AREAS COVERED: We reviewed the measurement of ADL in pediatric rare diseases and the use of video to develop at-home electronic clinical outcome assessments (eCOA) by leveraging smartphone apps and artificial intelligence-based analysis. We broadly searched PubMed using Boolean combinations of the following MeSH terms 'Rare Diseases,' 'Quality of Life,' 'Activities of Daily Living,' 'Child,' 'Video Recording,' 'Outcome Assessment, Healthcare,' 'Intellectual disability,' and 'Genetic Diseases, Inborn.' Non-controlled vocabulary was used to include human pose estimation in movement analysis.

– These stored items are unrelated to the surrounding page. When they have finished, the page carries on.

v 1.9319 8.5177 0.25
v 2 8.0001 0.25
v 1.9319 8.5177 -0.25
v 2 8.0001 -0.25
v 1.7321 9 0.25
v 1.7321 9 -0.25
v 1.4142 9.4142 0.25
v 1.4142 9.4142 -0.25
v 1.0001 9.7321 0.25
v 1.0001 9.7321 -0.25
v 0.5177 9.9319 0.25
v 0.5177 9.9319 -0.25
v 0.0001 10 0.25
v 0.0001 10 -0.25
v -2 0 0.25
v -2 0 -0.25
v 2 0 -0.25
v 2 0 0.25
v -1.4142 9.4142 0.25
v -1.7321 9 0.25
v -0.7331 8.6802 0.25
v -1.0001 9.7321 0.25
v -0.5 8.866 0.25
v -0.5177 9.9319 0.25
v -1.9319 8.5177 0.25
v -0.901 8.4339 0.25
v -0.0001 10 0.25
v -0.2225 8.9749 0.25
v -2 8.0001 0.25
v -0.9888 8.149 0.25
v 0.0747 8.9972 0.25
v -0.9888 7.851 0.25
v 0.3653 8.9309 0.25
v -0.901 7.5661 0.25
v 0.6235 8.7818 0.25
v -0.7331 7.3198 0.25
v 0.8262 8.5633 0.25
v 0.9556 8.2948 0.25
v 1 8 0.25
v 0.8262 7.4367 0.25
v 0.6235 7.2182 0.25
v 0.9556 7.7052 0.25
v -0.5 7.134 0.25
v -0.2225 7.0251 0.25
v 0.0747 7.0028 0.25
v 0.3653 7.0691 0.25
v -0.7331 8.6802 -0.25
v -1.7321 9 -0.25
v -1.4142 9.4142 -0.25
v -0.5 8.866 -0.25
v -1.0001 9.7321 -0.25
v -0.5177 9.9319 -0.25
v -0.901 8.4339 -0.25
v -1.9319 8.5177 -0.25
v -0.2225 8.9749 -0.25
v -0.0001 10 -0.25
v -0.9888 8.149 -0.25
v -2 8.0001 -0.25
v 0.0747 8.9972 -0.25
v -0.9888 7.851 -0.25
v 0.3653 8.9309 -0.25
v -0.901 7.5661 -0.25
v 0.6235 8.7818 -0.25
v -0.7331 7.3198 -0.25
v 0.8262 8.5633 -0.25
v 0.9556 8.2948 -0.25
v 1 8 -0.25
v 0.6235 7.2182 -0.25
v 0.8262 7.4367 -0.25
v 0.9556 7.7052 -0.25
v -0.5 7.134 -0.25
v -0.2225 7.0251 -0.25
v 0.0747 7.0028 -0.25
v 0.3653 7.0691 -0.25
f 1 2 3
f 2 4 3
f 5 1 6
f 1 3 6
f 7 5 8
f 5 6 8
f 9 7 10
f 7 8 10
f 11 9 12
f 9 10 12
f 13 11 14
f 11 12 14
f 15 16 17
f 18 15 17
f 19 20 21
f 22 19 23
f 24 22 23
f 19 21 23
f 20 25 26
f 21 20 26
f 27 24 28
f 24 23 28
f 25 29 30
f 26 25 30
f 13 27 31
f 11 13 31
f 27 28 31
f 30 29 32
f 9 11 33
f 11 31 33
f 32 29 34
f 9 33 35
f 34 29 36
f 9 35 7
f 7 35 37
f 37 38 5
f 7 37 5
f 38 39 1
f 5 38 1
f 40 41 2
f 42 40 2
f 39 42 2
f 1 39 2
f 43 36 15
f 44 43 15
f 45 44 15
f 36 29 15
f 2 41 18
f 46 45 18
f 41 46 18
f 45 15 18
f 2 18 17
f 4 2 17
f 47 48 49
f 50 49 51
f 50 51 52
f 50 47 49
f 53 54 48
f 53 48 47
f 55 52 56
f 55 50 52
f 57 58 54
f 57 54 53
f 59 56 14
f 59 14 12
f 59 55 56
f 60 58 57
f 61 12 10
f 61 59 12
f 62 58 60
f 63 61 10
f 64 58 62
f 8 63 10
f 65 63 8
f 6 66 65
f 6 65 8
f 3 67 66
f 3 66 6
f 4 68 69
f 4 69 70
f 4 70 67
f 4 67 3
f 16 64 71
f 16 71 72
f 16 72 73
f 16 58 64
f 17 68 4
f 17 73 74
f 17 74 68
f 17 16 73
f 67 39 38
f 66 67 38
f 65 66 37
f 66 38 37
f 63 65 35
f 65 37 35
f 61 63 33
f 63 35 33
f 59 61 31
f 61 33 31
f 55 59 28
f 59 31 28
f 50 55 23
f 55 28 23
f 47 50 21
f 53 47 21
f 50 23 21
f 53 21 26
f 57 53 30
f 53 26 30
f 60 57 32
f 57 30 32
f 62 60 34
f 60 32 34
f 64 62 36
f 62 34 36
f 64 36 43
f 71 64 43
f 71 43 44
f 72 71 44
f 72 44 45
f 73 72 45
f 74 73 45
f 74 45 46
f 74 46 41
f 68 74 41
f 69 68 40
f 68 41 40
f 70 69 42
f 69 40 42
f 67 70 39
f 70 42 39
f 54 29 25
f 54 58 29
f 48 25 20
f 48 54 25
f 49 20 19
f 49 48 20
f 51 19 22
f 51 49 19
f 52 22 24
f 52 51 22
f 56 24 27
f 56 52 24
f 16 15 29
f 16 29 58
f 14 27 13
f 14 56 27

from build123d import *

# Parameters (mm, degrees)
SKETCH1_W           = 4
SKETCH1_H           = 0.5
BOSS_EXTRUDE1_DEPTH = 10
FILLET1_R           = 2
SKETCH2_R           = 1
CUT_EXTRUDE1_DEPTH  = 0.5


with BuildPart() as part:
    # Sketch1 → Boss-Extrude1 (new body)
    with BuildSketch(Plane(origin=(0, 0, 0), x_dir=(1, 0, 0), z_dir=(0, 1, 0))):
        Rectangle(SKETCH1_W, SKETCH1_H)
    extrude(amount=BOSS_EXTRUDE1_DEPTH)

    # Fillet1
    fillet1_edges = [part.edges().sort_by_distance(p)[0] for p in [
        (-2, 10, 0),
        (2, 10, 0),
    ]]
    fillet(fillet1_edges, radius=FILLET1_R - 0.0001)  # a hair under: the kernel refuses the full size

    # Sketch2 → Cut-Extrude1 (cut)
    with BuildSketch(Plane.XY.offset(0.25)):
        with Locations((0, 8)):
            Circle(SKETCH2_R)
    extrude(amount=-CUT_EXTRUDE1_DEPTH, mode=Mode.SUBTRACT)


solid = part.part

EXPERT OPINION: Broad uptake of video eCOA in drug development is linked to the generation of technical and clinical validation evidence to confidently assess a patient's functional abilities. Software platforms handling video data must align with quality regulations to ensure data integrity, security, and privacy. Regulatory flexibility and optimized validation processes should facilitate video eCOA to support benefit/risk drug assessment.